For augmentation, the idea that Pavel Ostyakov published on the forum sparked the most. It was that we can take a comment, translate it into some other language, and then back. As a result of double translation, reformulation is obtained, something is lost a little, but on the whole, a similar, slightly different text is obtained, which can also be classified and thus expanded.
And the second approach, which did not help so much, but also helped, is that you can try to take two arbitrary comments, usually not very long, glue them together and take as a label on the target association of the labels or slightly tap where there is only one they contained a label.
Both of these approaches worked well, if they were not applied in advance to the entire train-set, but changed the set of examples to which the augmentation is applied to each epoch. Each era in the process of forming a batch we choose, say, 30% of examples, which are driven through translations. Rather, somewhere in advance somewhere in parallel is already in memory, we simply select the version for translation based on, and add it to the batch during its training.

An interesting difference was models trained in BPE. There SentencePiece - Google tokenizer, which allows you to split into tokens, which will not UNK at all. A limited dictionary in which any string is broken into some tokens. If in a real text the number of words is greater than the target size of the dictionary, they begin to break up into smaller pieces, and an intermediate approach is obtained between the character level and word level models.
It uses two basic construction algorithms: BPE and Unigram. For the BPE algorithm, it was easy enough to find predicted embeddings in the network, and with some fixed vocabulary — I just earned a good dictionary of 50k — you could still train models that were good (indiscernible — ed.), A little bit worse, than usual on fastText, but they were very poorly correlated with all the others and gave a good boost.

This is a classic stacking scheme. I, as a rule, used a blending of all my models without weights for most of the competition before the unification. This gave the best results. But after the merger, I was able to create a slightly more complicated scheme, which in the end gave a good boost.

I had a large number of models. Just throw them all in some kind of steker? It didn’t work very well, he retrained, but since the models were groups that were quite strongly correlated, I simply united them into these groups, within each group I averaged and received 5–7 groups of very similar models, from which as features for the next level used averaged values. He taught LightGBM on this, bagal 20 launches with different samples, threw away some meta-features in the same way that Atanas did, and in the end it finally began to work, to give some boost over simple averaging.

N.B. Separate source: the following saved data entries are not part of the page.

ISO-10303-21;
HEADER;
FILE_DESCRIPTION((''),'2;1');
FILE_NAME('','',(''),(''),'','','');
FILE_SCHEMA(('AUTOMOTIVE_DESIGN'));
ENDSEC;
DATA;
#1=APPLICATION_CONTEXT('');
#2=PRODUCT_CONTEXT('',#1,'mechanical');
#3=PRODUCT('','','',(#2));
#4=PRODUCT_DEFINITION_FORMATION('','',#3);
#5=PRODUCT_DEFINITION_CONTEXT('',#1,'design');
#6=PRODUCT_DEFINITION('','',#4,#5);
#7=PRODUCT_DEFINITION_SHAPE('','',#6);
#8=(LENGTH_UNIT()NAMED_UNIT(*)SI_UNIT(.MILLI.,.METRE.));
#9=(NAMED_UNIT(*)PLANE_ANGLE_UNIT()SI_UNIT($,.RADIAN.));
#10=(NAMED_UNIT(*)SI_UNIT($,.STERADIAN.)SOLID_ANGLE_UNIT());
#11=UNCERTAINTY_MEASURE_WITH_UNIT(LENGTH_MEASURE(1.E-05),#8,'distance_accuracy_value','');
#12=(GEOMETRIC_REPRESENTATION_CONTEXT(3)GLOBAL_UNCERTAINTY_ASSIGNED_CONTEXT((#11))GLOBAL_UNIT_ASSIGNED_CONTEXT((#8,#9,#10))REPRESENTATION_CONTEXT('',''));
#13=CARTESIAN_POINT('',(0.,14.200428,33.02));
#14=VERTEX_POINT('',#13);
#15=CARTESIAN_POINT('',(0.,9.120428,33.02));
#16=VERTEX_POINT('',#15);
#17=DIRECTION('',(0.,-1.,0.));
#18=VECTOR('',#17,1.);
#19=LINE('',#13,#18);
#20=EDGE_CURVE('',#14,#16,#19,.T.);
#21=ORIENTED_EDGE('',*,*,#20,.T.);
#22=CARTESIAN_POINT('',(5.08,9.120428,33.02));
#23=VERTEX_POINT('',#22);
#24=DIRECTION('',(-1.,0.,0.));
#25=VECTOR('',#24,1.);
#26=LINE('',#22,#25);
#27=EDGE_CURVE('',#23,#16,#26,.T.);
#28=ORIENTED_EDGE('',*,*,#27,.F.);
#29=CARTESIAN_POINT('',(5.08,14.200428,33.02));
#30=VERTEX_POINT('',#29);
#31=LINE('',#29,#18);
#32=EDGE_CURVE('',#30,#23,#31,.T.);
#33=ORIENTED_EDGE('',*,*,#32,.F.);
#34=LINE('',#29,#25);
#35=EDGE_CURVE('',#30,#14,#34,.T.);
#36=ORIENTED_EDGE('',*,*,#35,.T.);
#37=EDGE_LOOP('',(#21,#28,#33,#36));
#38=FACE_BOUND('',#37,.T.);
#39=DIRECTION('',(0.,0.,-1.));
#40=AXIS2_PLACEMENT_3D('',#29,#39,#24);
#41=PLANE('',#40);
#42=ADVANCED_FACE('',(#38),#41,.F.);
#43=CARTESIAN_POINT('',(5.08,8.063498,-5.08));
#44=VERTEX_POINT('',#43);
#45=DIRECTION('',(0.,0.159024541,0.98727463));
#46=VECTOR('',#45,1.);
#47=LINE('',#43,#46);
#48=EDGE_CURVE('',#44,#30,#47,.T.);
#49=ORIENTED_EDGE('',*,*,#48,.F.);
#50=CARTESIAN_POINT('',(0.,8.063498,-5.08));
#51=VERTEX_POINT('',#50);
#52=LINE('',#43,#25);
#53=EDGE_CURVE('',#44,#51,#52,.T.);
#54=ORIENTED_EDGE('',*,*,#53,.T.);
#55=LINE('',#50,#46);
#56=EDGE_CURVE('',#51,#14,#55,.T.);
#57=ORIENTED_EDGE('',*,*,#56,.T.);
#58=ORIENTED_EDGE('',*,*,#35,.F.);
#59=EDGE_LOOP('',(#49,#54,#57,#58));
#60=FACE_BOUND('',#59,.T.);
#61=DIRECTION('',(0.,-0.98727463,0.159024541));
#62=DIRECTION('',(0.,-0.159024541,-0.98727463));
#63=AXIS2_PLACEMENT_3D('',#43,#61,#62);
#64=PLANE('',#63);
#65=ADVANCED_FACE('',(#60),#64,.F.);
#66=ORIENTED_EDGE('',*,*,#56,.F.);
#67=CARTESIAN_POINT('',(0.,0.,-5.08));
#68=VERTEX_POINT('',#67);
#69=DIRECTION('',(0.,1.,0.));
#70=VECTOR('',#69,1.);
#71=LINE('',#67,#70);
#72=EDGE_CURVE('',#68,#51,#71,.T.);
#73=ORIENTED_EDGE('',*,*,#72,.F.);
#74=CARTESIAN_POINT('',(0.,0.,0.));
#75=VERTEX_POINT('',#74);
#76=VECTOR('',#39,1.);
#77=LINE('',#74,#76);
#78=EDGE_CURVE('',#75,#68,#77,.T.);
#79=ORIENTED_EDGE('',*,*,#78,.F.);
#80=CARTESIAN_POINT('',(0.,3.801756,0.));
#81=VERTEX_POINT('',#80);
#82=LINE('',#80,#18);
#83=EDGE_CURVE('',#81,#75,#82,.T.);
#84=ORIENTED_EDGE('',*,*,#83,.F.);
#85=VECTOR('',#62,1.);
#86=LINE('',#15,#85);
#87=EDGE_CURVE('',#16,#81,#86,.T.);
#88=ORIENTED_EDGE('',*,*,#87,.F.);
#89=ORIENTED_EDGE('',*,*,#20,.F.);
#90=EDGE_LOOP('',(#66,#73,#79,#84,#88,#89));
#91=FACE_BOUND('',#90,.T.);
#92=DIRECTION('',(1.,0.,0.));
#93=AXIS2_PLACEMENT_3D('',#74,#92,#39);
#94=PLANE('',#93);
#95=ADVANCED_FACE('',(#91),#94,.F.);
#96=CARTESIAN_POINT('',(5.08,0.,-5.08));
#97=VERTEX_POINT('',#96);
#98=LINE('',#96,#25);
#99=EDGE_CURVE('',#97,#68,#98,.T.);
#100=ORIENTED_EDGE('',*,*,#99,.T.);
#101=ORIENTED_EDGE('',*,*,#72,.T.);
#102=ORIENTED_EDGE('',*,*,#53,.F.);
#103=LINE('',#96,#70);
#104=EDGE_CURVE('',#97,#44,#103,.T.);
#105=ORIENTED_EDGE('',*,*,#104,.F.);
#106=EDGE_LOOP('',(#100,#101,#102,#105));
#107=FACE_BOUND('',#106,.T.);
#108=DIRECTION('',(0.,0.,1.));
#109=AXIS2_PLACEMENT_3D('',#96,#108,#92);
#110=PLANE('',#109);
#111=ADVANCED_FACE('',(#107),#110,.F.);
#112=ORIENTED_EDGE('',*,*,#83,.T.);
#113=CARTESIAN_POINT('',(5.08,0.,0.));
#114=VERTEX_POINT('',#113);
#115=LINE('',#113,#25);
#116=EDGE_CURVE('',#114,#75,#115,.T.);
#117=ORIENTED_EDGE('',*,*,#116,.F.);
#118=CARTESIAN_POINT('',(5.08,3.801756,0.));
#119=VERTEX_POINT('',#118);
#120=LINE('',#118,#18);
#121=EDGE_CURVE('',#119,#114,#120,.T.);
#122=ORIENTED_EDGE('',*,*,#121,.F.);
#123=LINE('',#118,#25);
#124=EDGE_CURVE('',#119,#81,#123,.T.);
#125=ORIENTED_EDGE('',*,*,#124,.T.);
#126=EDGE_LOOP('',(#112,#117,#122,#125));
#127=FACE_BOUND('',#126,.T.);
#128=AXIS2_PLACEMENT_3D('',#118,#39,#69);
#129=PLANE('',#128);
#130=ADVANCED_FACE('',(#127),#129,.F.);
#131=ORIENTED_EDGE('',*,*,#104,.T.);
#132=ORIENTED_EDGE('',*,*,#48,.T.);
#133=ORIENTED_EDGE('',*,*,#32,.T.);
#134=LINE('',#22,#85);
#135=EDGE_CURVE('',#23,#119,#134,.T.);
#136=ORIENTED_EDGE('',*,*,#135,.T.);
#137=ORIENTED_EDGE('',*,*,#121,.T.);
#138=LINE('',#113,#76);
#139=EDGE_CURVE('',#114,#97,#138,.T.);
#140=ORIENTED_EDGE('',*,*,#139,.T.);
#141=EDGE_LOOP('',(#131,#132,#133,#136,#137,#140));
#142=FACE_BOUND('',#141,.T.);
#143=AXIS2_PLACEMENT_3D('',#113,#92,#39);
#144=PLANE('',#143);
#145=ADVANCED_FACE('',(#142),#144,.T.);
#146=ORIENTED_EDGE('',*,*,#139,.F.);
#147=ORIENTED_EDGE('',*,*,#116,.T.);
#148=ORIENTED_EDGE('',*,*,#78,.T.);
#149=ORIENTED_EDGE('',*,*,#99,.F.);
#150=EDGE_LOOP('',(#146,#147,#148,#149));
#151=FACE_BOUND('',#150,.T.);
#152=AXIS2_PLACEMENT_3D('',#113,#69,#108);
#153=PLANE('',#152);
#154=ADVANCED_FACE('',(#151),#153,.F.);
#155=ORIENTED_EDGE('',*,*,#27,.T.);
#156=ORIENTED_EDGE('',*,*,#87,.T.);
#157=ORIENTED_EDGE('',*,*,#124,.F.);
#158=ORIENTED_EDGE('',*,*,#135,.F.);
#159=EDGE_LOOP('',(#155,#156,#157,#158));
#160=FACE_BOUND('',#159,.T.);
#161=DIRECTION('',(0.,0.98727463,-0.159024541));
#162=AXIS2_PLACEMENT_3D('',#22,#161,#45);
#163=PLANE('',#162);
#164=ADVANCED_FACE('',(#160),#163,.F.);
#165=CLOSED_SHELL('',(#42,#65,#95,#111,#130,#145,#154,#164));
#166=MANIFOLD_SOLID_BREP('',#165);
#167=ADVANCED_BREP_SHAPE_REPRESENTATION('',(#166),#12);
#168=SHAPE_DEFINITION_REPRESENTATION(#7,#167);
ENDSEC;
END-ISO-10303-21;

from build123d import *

# Parameters (mm, degrees)
BOSS_EXTRUDE1_DEPTH = 5.08


with BuildPart() as part:
    # Sketch2 → Boss-Extrude1 (new body)
    with BuildSketch(Plane(origin=(0, 0, 0), x_dir=(0, 0, -1), z_dir=(1, 0, 0))):
        Polygon((0, 0), (5.08, 0), (5.08, 8.063498442), (-33.02, 14.200428151), (-33.02, 9.120428151), (0, 3.801755737), align=None)
    extrude(amount=BOSS_EXTRUDE1_DEPTH)


solid = part.part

Most of all, in the end, I added the API that Andrew found and which contains a similar set of labels. The organizers built models for them initially. Since it was originally different, the participants did not use it, it was impossible to simply compare it with those that we needed to predict. But if it was thrown as meta-features into a well-functioning stacking, it gave a great boost, especially on the TOXIC class, which, apparently, was the most difficult on the leaderboard, and allowed us to jump to several places at the end, literally on the last day .

Since we found out that stacking and API work so well for us, before the final submission we doubted how well it would transfer to private. It worked very suspiciously well, so we chose two submissions by the following principle: one is a blend of models without an API that was obtained before, plus stacking with metafics from the API. It turned out 0.9880 in public and 0.9874 in private. Here I have confused the mark.

And the second is a blend of models without an API, without using stacking and without using LightGBM, since there were fears that this is some kind of small retraining for public, and we can go a long way with this. It didn’t go off, and in the end we got the tenth position with a score of 0.9876 to private. Everything.